A senior administration official, speaking to reporters by phone on Monday, said Biden will lay out a four-point plan to lower costs.

"The President will make clear that there’s more work to do, that there’s more work to rebuild the economy," the official said.

The White House has argued that soaring prices are tied in large part to global supply chain issues spurred by the pandemic, which preceded Biden, and officials have pointed to other economic data, including record job growth, as a sign that the U.S. economy is improving.

More than 19 million of the 22 million jobs lost at the onset of the pandemic have been regained, according to the Bureau of Labor Statistics.

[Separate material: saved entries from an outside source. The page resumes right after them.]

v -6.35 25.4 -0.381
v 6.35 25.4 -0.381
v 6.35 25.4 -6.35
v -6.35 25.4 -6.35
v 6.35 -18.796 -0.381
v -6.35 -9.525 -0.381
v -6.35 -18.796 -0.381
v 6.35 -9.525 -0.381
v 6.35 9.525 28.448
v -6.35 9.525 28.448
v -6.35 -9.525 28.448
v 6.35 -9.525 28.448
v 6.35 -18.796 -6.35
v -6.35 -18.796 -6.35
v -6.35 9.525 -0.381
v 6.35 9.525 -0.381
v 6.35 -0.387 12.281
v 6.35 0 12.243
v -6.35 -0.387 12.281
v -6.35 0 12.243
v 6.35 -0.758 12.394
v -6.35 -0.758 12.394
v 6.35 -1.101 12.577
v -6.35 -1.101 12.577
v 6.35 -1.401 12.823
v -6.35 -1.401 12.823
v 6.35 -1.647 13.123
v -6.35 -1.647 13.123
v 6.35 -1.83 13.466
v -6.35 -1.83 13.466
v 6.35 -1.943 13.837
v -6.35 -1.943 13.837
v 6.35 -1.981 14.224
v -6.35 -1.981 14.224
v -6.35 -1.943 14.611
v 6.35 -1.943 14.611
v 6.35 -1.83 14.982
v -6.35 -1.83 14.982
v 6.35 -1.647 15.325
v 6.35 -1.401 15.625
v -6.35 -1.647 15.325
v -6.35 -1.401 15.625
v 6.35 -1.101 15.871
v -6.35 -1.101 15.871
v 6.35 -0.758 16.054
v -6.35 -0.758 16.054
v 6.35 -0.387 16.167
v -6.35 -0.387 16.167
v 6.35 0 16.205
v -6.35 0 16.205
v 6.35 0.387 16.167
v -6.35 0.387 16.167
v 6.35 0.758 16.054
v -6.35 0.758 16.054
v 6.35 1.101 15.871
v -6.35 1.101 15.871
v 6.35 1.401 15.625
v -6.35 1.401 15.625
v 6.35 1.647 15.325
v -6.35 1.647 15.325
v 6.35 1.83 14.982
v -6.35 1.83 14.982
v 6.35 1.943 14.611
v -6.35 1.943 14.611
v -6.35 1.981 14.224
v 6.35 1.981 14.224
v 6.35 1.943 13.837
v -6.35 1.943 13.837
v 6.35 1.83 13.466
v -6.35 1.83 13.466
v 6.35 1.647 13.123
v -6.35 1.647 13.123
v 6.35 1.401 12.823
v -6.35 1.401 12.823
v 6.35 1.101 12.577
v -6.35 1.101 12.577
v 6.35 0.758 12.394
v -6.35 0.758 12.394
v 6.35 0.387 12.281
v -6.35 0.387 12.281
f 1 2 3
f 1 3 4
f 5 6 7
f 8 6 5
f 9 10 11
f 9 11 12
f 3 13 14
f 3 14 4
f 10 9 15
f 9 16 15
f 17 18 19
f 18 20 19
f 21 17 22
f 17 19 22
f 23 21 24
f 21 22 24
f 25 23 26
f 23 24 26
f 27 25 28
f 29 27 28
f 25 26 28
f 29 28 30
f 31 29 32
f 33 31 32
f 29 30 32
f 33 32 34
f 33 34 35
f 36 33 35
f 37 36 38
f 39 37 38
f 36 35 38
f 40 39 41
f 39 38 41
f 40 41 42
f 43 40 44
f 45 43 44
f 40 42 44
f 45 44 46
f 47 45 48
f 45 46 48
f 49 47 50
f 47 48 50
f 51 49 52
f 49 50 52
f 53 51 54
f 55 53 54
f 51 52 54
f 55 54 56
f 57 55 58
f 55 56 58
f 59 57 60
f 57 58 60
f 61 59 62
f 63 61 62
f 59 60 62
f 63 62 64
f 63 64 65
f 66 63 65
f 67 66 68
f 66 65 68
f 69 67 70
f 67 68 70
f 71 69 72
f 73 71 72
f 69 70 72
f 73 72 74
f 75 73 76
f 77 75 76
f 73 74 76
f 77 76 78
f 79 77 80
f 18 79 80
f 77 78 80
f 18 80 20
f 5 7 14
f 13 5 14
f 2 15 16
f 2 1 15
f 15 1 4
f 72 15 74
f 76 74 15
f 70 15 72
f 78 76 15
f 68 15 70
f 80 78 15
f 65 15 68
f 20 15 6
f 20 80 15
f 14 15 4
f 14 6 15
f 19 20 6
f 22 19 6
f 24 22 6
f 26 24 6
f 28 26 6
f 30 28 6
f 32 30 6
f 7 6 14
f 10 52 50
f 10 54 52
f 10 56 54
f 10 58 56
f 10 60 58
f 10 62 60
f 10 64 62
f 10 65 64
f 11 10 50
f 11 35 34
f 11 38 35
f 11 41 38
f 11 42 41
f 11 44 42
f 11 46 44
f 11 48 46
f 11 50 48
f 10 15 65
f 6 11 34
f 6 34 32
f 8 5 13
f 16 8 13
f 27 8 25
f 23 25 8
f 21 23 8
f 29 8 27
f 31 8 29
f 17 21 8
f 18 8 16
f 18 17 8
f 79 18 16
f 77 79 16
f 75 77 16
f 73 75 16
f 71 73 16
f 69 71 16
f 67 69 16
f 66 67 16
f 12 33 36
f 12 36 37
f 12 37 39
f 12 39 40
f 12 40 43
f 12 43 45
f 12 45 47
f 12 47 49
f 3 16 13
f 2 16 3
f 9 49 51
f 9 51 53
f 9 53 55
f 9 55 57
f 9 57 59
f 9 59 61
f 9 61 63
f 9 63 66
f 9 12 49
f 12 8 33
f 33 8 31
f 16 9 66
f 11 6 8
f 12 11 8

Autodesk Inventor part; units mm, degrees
ref_plane "YZ Plane" through (0, 0, 0) normal (1, 0, 0) x (0, 1, 0)
ref_plane "XZ Plane" through (0, 0, 0) normal (0, 1, 0) x (-1, 0, 0)
ref_plane "XY Plane" through (0, 0, 0) normal (0, 0, 1) x (1, 0, 0)
sketch "Sketch1" plane through (0, 0, 0) normal (0, 0, 1) x (1, 0, 0)
  line L0 (-6.35, -25.4) -> (6.35, -25.4)
  line L1 (6.35, -25.4) -> (6.35, 25.4)
  line L2 (6.35, 25.4) -> (-6.35, 25.4)
  line L3 (-6.35, 25.4) -> (-6.35, -25.4)
  line L4 (-6.35, -25.4) -> (6.35, 25.4) construction
  line L5 (6.35, -25.4) -> (-6.35, 25.4) construction
  point P0 (0, 0)
  dimension "height" = 50.8
  dimension "width" = 12.7
extrude "Extrusion1" add sketch "Sketch1" against normal blind 12.7
sketch "Sketch3" plane through (0, 0, 0) normal (0, 0, 1) x (1, 0, 0)
  line L0 (-6.35, -9.525) -> (6.35, -9.525)
  line L1 (6.35, -9.525) -> (6.35, 9.525)
  line L2 (6.35, 9.525) -> (-6.35, 9.525)
  line L3 (-6.35, 9.525) -> (-6.35, -9.525)
  line L4 (-6.35, -9.525) -> (6.35, 9.525) construction
  line L5 (6.35, -9.525) -> (-6.35, 9.525) construction
  line L6 (6.35, 25.4) -> (-6.35, 25.4) projected
  point P0 (0, 0)
  dimension "Channel_Width" = 19.05
  dimension "d52" = 12.7
extrude "Extrusion3" add sketch "Sketch3" along normal blind 28.448
sketch "Sketch6" plane through (6.35, -25.4, -12.7) normal (1, 0, 0) x (0, 0, -1)
  line L0 (-12.7, 25.4) -> (-41.148, 25.4) construction
  line L1 (-41.148, 15.875) -> (-41.148, 34.925) construction
  line L2 (-12.7, 34.925) -> (-12.7, 50.8) construction
  point P0 (-26.924, 25.4)
  dimension "d53" = 14.224
hole "Hole5" at (6.35, 0, 14.224) direction (-1, 0, 0) diameter 3.9624 end through all thread size "10-32 UNF" class "2B" standard "ANSI Unified Screw Threads"
sketch "Sketch13" plane through (6.35, -25.4, -12.7) normal (1, 0, 0) x (0, 0, -1)
  line L0 (-12.7, 50.8) -> (0, 50.8) projected
  line L1 (0, 0) -> (-6.35, 0)
  line L2 (-6.35, 0) -> (-6.35, 50.8)
  line L3 (-6.35, 50.8) -> (0, 50.8)
  line L4 (0, 50.8) -> (0, 0)
  point P0 (-12.7, 25.4)
  dimension "d98" = 6.35
extrude "Extrusion5" cut sketch "Sketch13" against normal through all
sketch "Sketch14" plane through (-6.35, -25.4, 0) normal (-1, 0, 0) x (0, 0, 1)
  line L0 (0, 0) -> (-6.35, 0) projected
  line L1 (0, 0) -> (0, 15.875) projected
  line L2 (-6.35, 0) -> (0, 0)
  line L3 (0, 0) -> (0, 6.604)
  line L4 (0, 6.604) -> (-6.35, 6.604)
  line L5 (-6.35, 6.604) -> (-6.35, 0)
  point P0 (0, 25.4)
  dimension "d101" = 6.604
extrude "Extrusion6" cut sketch "Sketch14" against normal through all
sketch "Sketch16" plane through (6.35, 9.525, 0) normal (1, 0, 0) x (0, 0, -1)
  point P0 (0, -9.525)
sketch "Sketch17" plane through (0, 0, 0) normal (0, 0, 1) x (1, 0, 0)
  line L0 (-6.35, 25.4) -> (-6.35, 9.525) projected
  line L1 (-6.35, 9.525) -> (6.35, 9.525) projected
  line L2 (-6.35, 25.4) -> (6.35, 25.4)
  line L3 (6.35, 25.4) -> (6.35, 9.525)
  line L4 (6.35, 9.525) -> (-6.35, 9.525)
  line L5 (-6.35, 9.525) -> (-6.35, 25.4)
  point P0 (0, 0)
extrude "Extrusion7" cut sketch "Sketch17" against normal blind 0.381
sketch "Sketch18" plane through (0, 0, 0) normal (0, 0, 1) x (1, 0, 0)
  line L0 (-6.35, -18.796) -> (6.35, -18.796) projected
  line L1 (6.35, -9.525) -> (6.35, 9.525) projected
  line L2 (-6.35, -18.796) -> (6.35, -18.796)
  line L3 (6.35, -18.796) -> (6.35, -9.525)
  line L4 (6.35, -9.525) -> (-6.35, -9.525)
  line L5 (-6.35, -9.525) -> (-6.35, -18.796)
  point P0 (0, 0)
extrude "Extrusion8" cut sketch "Sketch18" against normal blind 0.381
sketch "Sketch10" plane through (0, 0, 28.448) normal (0, 0, 1) x (1, 0, 0)
  point P0 (0, 0)
sketch "Sketch12" plane through (-6.35, -9.525, 0) normal (0, -1, 0) x (1, 0, 0)
  point P0 (15.875, 15.875)
equation "\"width\" = partWidth"
equation "\"d52\" = width"
equation "\"Channel_Height\" = 2 * centerLineOfCylinder"
equation "\"d53\" = centerLineOfCylinder"
equation "\"partWidth\" = 12.7"
equation "\"centerLineOfCylinder\" = 14.224"
properties part number "vexTempConnectionToCylinder" material "Aluminum 6061"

The unemployment rate fell just below 4% in January, faster than most economic forecasters expected.

Despite the strong labor market figures, recent polls show inflation topping the list of concerns among voters.

Midterm elections

Biden’s speech comes eight months before the midterm elections as he and Democrats look to head off the wave of Republican gains made during last year’s off-year local elections.

The president, who in January said he hoped to get out of Washington more often to tout the impact of his agenda, is expected to use the speech as a springboard for hitting the campaign trail.

Biden will head to the battleground state of Wisconsin on Wednesday to tout the passage of a $1 trillion bipartisan infrastructure plan, which focuses on modernizing the nation’s transportation and communications systems.

As Biden grapples with sagging poll numbers and political headwinds that signal a possible GOP takeover of Congress in the midterms, expect the president to try and lay out in more detail how the infrastructure package and last year’s coronavirus relief package impacted Americans, said Bannon.